# PROBLEM REQUIREMENTS:
Begin at the line containing "v 21.004 6.929 1" in the data below and go on through the line containing "v 18.91 -9.511 0", repeating each line exactly; include both ends and no other line.

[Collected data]

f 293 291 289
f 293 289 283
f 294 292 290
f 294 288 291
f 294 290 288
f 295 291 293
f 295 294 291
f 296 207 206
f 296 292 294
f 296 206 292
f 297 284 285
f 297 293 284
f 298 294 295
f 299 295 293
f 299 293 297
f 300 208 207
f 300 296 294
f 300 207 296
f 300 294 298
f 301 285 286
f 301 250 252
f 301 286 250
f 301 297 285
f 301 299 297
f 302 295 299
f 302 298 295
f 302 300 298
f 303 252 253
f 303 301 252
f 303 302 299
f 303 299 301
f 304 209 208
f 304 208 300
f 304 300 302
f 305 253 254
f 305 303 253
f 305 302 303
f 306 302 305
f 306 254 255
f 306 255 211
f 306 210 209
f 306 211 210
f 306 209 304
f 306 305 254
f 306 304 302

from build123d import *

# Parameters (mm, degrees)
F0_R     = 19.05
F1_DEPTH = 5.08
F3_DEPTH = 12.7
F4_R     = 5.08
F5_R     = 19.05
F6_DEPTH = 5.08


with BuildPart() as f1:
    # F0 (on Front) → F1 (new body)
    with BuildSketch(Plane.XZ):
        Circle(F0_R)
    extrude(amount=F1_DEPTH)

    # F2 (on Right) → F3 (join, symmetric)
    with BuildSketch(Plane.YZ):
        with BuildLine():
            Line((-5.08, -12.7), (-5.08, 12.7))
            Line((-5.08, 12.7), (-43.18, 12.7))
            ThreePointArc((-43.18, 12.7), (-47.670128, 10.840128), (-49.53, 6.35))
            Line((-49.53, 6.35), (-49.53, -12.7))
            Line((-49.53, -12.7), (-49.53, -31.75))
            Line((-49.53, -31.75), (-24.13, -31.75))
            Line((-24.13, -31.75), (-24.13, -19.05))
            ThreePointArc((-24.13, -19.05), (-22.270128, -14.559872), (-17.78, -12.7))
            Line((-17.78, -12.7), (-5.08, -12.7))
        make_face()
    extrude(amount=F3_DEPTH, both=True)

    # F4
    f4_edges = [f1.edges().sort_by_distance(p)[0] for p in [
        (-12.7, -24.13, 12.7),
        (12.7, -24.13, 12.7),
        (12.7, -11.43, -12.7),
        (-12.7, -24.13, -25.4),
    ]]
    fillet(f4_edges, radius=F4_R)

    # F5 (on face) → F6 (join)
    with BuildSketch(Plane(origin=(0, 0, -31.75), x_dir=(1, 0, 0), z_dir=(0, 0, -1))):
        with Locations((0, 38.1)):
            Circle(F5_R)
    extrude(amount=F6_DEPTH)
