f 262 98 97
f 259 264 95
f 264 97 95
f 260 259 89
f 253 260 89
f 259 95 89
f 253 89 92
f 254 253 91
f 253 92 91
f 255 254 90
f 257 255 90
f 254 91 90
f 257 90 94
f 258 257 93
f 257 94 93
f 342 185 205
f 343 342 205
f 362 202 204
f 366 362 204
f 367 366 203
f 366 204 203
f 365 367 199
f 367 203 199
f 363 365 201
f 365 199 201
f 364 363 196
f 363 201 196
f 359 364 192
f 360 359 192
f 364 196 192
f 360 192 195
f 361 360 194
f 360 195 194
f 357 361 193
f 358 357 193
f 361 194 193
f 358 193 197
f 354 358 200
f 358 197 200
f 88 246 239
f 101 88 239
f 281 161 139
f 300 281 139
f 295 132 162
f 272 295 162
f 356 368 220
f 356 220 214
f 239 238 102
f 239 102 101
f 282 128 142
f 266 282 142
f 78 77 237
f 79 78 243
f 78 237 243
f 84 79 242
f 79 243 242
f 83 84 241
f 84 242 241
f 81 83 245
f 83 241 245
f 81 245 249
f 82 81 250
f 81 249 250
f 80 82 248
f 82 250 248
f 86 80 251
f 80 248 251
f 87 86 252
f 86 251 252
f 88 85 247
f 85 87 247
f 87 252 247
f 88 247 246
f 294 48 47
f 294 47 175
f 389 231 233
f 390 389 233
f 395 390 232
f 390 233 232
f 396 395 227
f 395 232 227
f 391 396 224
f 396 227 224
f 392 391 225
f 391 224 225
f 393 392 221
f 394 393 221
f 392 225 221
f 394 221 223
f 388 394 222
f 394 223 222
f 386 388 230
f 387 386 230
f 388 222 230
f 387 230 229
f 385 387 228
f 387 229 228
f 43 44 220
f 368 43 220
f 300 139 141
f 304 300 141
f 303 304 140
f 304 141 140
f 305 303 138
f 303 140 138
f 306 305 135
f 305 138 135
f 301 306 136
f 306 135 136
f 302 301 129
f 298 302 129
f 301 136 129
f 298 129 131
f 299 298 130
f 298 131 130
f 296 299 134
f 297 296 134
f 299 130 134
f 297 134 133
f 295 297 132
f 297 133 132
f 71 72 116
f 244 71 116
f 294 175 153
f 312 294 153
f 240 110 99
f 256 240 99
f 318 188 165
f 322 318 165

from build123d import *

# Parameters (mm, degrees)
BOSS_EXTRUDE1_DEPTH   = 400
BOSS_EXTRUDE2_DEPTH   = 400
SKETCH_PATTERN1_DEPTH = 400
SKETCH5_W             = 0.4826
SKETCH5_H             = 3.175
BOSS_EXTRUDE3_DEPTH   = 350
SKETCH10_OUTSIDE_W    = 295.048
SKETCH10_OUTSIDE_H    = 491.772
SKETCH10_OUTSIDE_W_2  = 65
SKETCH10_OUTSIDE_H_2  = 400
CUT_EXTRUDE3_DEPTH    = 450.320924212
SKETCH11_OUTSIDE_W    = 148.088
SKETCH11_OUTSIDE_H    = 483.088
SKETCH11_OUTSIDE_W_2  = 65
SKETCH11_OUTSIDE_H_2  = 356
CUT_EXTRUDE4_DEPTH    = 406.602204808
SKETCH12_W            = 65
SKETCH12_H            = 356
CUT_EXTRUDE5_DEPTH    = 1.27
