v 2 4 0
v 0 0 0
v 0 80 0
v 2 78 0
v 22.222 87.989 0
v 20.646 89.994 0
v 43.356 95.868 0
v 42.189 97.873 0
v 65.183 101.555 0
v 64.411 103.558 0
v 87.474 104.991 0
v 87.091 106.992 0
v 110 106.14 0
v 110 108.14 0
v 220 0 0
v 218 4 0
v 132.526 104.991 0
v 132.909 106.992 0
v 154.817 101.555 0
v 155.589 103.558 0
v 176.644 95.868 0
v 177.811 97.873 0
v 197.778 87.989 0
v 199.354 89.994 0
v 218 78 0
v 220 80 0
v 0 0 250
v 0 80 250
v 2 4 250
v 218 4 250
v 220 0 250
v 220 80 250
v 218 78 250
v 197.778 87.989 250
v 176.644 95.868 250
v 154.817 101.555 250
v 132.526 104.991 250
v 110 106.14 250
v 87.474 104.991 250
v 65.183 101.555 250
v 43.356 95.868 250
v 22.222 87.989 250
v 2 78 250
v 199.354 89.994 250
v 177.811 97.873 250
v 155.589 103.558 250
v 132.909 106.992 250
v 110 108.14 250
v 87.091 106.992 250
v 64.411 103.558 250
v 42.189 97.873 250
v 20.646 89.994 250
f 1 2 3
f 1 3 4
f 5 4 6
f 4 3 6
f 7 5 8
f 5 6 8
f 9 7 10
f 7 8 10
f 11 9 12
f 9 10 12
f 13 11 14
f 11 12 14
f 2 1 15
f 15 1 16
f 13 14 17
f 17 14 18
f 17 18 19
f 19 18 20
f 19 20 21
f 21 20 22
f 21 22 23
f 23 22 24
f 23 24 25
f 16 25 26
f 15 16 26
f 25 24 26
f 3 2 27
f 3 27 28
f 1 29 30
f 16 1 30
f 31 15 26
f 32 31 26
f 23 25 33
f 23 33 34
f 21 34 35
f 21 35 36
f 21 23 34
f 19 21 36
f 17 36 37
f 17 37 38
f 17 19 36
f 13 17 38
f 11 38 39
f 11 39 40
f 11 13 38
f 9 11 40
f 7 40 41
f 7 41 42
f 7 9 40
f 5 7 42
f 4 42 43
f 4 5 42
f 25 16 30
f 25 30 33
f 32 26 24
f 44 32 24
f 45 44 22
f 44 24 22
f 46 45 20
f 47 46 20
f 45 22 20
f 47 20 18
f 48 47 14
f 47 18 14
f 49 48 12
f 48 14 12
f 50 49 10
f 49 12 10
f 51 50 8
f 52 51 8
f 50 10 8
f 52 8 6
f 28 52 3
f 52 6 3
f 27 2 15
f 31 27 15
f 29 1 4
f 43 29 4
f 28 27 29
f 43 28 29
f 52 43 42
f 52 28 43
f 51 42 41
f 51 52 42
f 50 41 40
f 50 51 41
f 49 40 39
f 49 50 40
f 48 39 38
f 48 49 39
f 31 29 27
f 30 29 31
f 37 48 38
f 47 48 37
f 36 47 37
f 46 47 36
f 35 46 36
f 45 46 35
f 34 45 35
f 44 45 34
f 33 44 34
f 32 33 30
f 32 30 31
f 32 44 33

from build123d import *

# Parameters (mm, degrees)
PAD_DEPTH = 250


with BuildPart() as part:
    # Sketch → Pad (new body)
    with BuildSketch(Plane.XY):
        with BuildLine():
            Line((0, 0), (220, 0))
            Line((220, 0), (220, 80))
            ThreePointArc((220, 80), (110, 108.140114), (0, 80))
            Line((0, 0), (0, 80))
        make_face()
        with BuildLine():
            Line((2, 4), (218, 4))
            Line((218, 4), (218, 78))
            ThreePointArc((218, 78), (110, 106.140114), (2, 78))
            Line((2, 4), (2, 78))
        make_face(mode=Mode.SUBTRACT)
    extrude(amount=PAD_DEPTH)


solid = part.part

* * *

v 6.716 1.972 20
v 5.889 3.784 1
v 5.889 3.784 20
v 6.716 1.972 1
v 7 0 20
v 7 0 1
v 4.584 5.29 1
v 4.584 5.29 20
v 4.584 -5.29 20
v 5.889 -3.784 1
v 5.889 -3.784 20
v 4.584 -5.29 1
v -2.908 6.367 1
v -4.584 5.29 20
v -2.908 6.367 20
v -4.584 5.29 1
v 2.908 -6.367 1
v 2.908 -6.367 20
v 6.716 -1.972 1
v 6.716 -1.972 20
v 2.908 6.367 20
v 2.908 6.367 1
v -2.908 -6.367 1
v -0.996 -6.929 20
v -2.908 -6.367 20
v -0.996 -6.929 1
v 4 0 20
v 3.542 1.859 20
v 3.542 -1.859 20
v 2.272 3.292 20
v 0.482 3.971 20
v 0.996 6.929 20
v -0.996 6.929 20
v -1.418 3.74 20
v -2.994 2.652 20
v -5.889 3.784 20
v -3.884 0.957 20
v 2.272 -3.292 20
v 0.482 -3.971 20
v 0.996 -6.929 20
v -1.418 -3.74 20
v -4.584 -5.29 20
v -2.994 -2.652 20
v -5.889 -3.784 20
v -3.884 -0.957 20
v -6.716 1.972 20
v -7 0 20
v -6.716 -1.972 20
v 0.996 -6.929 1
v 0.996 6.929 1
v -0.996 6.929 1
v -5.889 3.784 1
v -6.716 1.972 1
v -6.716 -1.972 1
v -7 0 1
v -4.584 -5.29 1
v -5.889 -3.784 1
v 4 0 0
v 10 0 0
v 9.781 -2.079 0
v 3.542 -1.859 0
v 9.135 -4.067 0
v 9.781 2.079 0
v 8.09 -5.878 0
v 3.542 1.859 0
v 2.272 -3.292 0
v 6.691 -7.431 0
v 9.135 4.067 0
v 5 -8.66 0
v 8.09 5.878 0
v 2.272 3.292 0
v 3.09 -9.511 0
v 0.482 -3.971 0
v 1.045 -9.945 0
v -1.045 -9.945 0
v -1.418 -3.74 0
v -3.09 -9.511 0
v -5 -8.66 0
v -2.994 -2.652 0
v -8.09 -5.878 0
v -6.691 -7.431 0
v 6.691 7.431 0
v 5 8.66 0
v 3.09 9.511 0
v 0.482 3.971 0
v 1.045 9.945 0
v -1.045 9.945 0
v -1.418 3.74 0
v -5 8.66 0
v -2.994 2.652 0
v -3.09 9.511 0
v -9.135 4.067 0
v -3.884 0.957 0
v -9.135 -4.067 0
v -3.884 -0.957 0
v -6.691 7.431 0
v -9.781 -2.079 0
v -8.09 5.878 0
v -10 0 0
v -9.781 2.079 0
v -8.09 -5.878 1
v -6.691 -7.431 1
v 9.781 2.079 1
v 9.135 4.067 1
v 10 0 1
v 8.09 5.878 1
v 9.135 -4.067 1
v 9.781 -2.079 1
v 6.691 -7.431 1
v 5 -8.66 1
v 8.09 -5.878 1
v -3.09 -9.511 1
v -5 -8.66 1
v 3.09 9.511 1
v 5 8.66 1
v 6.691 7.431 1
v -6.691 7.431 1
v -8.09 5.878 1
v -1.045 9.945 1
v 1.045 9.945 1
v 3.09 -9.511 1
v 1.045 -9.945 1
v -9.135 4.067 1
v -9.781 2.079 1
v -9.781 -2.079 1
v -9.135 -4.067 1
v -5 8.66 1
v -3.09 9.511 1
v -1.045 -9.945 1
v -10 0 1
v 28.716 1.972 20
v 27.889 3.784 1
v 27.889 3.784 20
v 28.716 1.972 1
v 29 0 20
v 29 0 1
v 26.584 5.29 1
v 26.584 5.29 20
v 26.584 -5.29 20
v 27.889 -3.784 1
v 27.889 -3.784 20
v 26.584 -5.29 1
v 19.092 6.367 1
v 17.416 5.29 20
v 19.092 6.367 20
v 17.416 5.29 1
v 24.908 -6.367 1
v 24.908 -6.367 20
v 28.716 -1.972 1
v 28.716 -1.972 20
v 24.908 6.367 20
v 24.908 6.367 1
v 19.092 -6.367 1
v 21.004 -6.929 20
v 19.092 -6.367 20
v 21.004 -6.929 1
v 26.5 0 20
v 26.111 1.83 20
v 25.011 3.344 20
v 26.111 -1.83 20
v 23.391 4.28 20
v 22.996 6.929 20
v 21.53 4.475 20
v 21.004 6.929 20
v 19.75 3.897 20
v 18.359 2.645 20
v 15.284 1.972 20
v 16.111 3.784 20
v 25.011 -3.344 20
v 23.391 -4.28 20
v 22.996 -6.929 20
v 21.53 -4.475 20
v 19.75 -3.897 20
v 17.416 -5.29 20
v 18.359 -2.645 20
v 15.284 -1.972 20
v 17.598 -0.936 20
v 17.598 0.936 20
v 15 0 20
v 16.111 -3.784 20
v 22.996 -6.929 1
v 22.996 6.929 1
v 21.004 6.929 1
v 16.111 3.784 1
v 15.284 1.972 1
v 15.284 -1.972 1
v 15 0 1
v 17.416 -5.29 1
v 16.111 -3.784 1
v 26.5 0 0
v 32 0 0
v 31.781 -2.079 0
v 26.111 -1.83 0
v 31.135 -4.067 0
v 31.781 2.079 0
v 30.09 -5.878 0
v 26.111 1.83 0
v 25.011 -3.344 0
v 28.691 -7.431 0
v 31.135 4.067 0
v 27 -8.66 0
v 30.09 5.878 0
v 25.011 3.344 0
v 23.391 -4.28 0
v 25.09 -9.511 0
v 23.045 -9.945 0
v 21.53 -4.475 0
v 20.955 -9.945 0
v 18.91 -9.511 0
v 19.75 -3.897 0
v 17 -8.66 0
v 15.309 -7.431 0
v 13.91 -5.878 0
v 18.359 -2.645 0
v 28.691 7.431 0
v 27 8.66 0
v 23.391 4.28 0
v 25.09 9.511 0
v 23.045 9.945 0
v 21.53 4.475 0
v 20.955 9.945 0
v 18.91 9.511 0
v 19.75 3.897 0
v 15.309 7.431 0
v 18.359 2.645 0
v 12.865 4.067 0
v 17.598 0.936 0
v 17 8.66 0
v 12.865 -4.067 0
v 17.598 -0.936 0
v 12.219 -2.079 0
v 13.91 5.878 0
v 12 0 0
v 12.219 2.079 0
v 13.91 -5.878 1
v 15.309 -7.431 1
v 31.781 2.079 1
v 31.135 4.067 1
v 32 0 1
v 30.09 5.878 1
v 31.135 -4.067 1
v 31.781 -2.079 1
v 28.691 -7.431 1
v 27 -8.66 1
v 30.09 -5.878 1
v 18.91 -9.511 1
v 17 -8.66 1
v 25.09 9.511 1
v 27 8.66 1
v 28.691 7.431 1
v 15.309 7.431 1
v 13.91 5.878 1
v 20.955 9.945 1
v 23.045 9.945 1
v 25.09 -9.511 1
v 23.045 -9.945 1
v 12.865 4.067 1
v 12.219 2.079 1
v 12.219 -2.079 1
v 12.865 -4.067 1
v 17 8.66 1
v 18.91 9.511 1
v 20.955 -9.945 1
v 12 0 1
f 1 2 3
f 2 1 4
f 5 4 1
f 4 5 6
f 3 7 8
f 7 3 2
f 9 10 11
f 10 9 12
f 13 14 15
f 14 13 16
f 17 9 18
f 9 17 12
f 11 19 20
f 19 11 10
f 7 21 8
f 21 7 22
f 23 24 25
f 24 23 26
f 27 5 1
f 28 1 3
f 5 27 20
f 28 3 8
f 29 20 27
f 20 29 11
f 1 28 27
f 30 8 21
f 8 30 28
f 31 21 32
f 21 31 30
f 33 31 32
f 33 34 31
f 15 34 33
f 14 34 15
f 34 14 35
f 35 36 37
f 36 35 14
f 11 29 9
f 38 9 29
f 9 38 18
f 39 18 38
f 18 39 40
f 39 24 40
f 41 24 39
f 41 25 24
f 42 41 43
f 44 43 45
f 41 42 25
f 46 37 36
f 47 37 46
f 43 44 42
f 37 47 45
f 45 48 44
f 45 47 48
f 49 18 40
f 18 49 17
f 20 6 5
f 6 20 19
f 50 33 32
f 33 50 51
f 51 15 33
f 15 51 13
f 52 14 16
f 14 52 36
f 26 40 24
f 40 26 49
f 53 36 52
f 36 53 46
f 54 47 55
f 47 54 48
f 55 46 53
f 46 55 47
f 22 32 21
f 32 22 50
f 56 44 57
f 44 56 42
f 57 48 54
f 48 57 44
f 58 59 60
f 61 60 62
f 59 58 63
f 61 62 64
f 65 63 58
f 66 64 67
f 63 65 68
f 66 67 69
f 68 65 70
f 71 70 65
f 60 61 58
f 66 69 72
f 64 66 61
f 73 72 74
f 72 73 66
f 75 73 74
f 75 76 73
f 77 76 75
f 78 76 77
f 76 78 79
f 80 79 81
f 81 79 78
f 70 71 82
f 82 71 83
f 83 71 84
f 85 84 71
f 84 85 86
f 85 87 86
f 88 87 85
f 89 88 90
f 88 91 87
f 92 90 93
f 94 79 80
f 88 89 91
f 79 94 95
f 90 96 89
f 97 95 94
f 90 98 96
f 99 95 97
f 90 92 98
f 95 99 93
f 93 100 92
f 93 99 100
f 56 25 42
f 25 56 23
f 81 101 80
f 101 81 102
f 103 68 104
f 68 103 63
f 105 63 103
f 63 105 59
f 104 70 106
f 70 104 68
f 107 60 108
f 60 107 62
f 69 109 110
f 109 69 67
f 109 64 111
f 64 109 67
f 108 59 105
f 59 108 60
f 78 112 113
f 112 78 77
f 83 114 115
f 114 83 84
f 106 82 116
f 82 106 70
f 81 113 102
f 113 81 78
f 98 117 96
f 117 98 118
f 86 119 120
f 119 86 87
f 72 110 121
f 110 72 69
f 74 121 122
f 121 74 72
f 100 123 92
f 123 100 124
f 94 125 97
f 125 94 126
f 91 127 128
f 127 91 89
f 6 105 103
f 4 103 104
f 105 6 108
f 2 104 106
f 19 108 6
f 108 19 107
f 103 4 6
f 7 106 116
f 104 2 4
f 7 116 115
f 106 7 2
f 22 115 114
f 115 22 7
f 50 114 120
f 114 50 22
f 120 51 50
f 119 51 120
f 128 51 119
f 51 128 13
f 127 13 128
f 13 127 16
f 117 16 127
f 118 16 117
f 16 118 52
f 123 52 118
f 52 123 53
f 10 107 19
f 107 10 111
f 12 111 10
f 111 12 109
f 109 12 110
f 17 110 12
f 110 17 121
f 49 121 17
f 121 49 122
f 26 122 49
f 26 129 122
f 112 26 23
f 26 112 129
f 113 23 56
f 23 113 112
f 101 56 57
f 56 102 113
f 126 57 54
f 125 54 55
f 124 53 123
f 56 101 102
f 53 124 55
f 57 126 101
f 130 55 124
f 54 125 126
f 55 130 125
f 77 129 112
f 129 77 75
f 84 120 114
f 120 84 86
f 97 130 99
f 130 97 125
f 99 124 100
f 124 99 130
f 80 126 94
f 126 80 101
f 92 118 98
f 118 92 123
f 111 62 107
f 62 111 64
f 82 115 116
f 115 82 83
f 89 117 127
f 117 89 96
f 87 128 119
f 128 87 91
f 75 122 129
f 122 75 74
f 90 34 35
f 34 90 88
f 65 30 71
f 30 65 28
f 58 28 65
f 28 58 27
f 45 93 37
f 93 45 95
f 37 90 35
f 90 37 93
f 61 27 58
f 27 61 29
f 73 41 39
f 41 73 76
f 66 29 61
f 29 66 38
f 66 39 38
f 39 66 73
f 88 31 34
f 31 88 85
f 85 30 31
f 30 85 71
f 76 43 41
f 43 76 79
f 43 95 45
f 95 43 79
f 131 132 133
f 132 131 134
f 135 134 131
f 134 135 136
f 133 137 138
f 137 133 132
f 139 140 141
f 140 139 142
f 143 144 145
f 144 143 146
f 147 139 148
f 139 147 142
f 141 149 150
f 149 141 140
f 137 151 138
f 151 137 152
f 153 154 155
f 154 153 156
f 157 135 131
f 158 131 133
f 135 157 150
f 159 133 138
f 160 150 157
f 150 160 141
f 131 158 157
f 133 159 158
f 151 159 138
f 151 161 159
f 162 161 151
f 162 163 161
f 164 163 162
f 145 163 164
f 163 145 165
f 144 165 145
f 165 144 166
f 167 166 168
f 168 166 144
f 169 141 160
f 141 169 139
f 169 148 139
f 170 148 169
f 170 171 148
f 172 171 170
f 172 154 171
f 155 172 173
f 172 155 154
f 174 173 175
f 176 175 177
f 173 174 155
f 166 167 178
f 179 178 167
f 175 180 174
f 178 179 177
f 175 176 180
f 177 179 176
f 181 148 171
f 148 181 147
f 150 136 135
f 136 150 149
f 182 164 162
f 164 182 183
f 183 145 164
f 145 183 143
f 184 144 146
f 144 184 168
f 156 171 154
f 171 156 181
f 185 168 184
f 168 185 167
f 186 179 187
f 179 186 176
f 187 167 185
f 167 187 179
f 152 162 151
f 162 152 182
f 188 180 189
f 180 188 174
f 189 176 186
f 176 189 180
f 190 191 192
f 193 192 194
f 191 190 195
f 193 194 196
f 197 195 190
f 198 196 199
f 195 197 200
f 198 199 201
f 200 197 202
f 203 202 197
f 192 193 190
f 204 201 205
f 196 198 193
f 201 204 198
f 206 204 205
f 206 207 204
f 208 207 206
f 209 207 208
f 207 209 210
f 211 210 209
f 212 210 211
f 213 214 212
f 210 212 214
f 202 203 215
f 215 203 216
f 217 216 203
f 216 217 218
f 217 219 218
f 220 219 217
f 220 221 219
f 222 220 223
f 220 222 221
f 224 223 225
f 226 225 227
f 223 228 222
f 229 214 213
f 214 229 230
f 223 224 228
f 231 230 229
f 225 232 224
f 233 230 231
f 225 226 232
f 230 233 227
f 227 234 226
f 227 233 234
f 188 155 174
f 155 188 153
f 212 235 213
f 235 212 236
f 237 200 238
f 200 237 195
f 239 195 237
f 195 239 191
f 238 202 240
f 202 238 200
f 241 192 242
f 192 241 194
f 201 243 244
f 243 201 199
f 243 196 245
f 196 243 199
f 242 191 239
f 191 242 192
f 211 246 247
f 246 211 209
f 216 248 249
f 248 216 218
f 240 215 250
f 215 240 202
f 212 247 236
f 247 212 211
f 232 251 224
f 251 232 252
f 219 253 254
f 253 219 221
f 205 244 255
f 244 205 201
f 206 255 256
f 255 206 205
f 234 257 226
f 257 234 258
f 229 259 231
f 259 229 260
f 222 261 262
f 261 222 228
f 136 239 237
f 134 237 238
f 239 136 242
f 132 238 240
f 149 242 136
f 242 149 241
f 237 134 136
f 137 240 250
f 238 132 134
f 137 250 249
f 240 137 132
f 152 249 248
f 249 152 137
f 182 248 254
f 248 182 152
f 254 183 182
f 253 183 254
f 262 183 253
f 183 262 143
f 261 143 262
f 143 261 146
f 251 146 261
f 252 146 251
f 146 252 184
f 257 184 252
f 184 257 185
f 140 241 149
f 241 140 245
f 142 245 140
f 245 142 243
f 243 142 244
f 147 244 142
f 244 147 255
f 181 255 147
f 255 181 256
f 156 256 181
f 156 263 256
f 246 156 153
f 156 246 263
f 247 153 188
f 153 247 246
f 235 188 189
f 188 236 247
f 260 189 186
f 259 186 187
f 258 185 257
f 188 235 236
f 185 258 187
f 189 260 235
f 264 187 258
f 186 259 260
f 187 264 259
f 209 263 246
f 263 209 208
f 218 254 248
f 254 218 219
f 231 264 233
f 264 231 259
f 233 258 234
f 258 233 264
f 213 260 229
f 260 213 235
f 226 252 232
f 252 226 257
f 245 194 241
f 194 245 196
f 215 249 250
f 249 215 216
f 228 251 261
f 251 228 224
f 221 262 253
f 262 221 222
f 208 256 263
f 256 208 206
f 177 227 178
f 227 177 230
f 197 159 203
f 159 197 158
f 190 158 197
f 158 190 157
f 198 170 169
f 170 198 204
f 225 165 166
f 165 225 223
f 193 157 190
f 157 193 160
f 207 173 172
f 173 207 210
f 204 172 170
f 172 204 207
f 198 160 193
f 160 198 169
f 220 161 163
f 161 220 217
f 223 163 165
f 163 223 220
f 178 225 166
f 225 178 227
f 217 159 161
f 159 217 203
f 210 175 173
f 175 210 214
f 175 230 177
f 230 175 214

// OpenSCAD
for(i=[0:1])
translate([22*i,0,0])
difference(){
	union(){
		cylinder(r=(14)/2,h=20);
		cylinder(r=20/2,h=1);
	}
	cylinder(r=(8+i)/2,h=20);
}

---

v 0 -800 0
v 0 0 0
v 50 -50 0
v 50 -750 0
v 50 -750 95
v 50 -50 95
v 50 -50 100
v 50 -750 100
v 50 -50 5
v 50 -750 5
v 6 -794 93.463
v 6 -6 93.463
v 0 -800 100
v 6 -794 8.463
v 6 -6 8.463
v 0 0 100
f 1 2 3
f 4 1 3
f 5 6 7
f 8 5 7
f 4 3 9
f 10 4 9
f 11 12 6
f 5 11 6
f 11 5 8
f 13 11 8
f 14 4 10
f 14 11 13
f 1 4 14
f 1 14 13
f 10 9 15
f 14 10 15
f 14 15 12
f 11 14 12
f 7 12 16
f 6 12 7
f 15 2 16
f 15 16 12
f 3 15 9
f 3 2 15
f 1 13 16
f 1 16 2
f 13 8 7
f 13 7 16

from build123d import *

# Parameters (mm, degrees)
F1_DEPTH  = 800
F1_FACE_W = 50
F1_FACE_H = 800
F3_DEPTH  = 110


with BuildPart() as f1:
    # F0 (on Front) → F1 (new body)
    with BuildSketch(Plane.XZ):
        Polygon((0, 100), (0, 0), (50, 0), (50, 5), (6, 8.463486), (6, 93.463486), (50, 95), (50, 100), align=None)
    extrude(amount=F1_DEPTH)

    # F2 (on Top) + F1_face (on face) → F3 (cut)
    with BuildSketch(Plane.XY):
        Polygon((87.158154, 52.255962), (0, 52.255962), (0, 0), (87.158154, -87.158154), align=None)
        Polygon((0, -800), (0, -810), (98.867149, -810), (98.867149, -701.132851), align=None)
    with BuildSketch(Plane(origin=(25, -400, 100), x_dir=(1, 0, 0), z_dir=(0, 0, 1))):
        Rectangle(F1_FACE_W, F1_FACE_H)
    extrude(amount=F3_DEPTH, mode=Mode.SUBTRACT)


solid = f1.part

# ANSWER TO THIS TASK:
v 21.004 6.929 1
v 16.111 3.784 1
v 15.284 1.972 1
v 15.284 -1.972 1
v 15 0 1
v 17.416 -5.29 1
v 16.111 -3.784 1
v 26.5 0 0
v 32 0 0
v 31.781 -2.079 0
v 26.111 -1.83 0
v 31.135 -4.067 0
v 31.781 2.079 0
v 30.09 -5.878 0
v 26.111 1.83 0
v 25.011 -3.344 0
v 28.691 -7.431 0
v 31.135 4.067 0
v 27 -8.66 0
v 30.09 5.878 0
v 25.011 3.344 0
v 23.391 -4.28 0
v 25.09 -9.511 0
v 23.045 -9.945 0
v 21.53 -4.475 0
v 20.955 -9.945 0
v 18.91 -9.511 0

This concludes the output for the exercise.